◆ Saved data entries:
++++++++++++++++++++

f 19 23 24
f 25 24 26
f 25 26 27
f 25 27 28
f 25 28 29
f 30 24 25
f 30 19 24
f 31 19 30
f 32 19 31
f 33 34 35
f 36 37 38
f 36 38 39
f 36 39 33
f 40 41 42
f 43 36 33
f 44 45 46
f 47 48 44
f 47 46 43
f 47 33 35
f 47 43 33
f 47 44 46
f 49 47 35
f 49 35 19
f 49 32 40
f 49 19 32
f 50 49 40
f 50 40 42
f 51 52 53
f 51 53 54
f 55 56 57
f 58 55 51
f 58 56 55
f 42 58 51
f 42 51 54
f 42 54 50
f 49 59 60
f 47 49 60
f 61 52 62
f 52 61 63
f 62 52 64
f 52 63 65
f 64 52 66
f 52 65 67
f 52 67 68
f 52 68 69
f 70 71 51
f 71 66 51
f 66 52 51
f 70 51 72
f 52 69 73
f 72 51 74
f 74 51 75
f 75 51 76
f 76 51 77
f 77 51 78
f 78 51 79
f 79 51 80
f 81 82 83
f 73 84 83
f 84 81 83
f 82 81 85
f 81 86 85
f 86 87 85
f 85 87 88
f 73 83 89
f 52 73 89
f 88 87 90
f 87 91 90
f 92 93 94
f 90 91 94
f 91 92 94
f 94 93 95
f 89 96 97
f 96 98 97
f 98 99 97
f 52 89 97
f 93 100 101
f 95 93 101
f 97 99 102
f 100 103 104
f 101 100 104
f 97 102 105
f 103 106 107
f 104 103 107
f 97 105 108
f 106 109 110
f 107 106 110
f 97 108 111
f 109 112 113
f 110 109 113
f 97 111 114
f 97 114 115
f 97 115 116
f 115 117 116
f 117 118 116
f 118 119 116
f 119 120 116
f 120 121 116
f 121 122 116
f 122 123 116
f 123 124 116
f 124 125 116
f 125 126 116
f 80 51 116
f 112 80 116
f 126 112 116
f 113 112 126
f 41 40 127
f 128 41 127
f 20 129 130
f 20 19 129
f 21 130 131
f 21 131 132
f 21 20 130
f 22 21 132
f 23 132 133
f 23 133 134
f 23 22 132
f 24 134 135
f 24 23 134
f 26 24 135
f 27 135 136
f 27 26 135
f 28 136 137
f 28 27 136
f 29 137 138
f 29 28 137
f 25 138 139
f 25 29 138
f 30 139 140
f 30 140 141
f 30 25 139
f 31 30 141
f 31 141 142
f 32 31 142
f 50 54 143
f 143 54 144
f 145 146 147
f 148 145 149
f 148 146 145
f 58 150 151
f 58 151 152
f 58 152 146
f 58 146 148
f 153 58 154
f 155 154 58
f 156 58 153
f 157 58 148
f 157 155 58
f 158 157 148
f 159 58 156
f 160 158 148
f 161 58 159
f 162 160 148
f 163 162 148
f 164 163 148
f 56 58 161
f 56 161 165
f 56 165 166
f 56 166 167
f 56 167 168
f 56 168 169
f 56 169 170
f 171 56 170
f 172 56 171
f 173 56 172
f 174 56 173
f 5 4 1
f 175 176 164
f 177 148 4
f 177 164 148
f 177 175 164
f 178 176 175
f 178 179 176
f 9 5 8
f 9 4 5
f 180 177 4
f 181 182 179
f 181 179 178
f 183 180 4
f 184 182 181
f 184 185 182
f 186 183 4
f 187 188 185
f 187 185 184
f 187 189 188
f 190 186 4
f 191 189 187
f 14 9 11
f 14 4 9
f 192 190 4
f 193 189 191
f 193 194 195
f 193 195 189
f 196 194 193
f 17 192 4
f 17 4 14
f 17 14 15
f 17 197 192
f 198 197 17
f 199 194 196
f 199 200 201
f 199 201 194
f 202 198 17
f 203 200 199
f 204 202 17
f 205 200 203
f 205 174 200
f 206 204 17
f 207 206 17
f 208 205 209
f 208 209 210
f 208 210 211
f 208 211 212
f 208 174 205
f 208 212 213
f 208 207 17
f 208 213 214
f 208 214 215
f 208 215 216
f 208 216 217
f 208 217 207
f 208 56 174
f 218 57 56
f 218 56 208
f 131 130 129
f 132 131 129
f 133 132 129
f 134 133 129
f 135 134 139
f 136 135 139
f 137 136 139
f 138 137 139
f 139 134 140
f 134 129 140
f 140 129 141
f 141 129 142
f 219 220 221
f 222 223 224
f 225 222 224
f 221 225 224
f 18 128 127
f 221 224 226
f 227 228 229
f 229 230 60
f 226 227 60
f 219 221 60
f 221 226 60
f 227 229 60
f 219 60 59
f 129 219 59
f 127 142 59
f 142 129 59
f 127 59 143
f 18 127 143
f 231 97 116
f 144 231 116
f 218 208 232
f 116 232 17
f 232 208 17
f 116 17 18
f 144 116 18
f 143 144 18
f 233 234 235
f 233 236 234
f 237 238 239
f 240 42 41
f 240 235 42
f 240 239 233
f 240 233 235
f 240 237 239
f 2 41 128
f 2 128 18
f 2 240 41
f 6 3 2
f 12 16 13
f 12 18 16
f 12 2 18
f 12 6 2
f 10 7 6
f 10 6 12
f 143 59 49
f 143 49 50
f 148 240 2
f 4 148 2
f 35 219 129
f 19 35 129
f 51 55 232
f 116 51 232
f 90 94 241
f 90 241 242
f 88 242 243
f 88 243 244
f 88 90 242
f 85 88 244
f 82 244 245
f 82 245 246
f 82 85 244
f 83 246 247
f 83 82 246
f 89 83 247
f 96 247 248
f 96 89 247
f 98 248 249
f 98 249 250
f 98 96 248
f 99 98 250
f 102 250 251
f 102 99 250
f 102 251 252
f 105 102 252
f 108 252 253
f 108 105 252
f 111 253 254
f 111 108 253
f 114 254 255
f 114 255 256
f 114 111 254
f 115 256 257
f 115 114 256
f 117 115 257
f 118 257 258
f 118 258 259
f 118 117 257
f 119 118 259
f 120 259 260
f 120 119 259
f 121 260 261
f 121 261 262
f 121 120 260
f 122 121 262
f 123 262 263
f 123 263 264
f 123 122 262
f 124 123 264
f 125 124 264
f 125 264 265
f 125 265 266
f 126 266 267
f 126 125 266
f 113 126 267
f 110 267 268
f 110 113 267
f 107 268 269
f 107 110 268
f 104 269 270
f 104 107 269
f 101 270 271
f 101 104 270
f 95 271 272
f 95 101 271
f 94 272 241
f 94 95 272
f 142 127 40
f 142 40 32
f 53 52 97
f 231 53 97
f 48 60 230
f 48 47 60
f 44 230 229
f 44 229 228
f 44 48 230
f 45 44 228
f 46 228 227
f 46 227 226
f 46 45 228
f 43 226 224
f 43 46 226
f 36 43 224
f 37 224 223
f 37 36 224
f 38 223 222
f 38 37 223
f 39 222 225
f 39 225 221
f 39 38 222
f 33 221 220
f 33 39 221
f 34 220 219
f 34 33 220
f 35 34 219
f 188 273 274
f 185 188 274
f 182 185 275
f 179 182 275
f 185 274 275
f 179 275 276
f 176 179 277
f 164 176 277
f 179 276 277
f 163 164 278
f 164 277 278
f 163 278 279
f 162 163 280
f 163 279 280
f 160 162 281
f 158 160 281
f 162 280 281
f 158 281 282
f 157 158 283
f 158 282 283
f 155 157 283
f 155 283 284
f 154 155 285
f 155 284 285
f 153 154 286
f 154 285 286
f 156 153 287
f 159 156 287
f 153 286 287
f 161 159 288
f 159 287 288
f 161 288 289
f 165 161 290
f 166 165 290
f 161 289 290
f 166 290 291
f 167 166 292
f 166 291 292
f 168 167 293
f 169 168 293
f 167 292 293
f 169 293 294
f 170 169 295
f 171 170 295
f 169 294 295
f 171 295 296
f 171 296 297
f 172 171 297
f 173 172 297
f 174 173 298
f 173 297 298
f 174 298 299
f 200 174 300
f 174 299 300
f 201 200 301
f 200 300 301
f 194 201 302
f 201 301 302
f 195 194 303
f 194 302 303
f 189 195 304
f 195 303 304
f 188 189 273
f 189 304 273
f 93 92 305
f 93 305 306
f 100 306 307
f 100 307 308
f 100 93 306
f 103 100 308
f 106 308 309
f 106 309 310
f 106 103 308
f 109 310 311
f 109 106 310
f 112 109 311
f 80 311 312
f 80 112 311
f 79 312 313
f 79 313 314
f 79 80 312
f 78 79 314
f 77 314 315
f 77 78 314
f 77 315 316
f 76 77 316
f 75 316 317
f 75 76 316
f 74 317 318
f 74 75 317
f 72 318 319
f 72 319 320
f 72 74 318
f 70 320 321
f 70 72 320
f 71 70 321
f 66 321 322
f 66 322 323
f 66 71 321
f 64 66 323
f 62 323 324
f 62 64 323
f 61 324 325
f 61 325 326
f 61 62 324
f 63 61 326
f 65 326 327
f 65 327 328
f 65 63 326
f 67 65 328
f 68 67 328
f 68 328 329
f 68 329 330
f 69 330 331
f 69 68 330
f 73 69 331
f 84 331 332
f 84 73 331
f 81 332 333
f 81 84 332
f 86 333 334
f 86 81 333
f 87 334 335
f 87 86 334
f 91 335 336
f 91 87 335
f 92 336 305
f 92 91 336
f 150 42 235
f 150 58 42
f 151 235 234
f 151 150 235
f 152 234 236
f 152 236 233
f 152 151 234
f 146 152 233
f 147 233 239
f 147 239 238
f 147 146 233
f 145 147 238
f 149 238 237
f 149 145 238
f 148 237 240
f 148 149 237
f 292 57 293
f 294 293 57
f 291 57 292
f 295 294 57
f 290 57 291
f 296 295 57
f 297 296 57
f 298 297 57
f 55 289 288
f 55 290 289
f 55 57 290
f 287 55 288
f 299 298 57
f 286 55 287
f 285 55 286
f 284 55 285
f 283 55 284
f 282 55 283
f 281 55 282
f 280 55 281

++++++++++++++++++++

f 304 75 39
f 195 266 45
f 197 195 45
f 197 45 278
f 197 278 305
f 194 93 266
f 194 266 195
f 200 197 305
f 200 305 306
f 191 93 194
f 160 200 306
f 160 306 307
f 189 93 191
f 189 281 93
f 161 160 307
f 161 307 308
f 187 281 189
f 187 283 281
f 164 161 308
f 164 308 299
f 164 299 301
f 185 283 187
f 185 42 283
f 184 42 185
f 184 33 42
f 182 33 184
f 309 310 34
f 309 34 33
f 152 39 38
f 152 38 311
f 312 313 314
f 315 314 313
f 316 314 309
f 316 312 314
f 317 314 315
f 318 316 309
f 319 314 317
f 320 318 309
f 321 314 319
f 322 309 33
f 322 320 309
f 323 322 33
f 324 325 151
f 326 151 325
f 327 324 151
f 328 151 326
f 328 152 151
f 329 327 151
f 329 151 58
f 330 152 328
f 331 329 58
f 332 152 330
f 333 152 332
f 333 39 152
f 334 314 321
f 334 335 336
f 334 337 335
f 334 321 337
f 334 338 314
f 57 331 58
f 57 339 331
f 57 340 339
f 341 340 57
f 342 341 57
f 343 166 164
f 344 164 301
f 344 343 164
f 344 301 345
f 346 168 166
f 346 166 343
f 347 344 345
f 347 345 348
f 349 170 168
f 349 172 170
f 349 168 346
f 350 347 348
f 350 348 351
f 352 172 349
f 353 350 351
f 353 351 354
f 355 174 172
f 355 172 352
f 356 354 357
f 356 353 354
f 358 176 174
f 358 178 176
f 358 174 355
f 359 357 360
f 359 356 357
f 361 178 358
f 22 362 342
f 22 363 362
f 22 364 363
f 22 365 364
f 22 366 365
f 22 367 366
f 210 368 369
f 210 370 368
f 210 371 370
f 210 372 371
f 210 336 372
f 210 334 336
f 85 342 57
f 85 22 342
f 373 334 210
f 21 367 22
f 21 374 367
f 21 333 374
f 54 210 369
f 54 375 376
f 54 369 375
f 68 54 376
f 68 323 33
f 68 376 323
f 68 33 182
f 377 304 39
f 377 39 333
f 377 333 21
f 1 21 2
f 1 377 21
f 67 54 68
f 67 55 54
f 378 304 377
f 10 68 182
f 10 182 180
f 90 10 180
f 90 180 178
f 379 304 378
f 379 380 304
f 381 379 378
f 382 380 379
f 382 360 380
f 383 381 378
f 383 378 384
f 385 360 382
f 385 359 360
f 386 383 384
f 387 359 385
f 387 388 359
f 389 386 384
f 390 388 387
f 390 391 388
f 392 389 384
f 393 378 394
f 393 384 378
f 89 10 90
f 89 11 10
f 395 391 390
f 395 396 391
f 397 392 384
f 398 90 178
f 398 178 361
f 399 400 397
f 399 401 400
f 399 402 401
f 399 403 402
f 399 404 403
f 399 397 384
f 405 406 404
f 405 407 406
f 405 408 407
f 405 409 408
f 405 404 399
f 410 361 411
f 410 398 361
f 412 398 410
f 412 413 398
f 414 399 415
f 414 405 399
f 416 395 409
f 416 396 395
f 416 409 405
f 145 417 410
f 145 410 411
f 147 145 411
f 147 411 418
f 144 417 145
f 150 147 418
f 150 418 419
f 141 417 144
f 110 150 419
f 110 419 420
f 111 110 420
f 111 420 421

++++++++++++++++++++

◆ AIM OF THE TASK: Scan the entries above for the line containing "f 359 357 360", and copy it and all lines after it exactly, down to and including the line containing "f 416 395 409".

◆ PROBLEM SOLUTION:
f 359 357 360
f 359 356 357
f 361 178 358
f 22 362 342
f 22 363 362
f 22 364 363
f 22 365 364
f 22 366 365
f 22 367 366
f 210 368 369
f 210 370 368
f 210 371 370
f 210 372 371
f 210 336 372
f 210 334 336
f 85 342 57
f 85 22 342
f 373 334 210
f 21 367 22
f 21 374 367
f 21 333 374
f 54 210 369
f 54 375 376
f 54 369 375
f 68 54 376
f 68 323 33
f 68 376 323
f 68 33 182
f 377 304 39
f 377 39 333
f 377 333 21
f 1 21 2
f 1 377 21
f 67 54 68
f 67 55 54
f 378 304 377
f 10 68 182
f 10 182 180
f 90 10 180
f 90 180 178
f 379 304 378
f 379 380 304
f 381 379 378
f 382 380 379
f 382 360 380
f 383 381 378
f 383 378 384
f 385 360 382
f 385 359 360
f 386 383 384
f 387 359 385
f 387 388 359
f 389 386 384
f 390 388 387
f 390 391 388
f 392 389 384
f 393 378 394
f 393 384 378
f 89 10 90
f 89 11 10
f 395 391 390
f 395 396 391
f 397 392 384
f 398 90 178
f 398 178 361
f 399 400 397
f 399 401 400
f 399 402 401
f 399 403 402
f 399 404 403
f 399 397 384
f 405 406 404
f 405 407 406
f 405 408 407
f 405 409 408
f 405 404 399
f 410 361 411
f 410 398 361
f 412 398 410
f 412 413 398
f 414 399 415
f 414 405 399
f 416 395 409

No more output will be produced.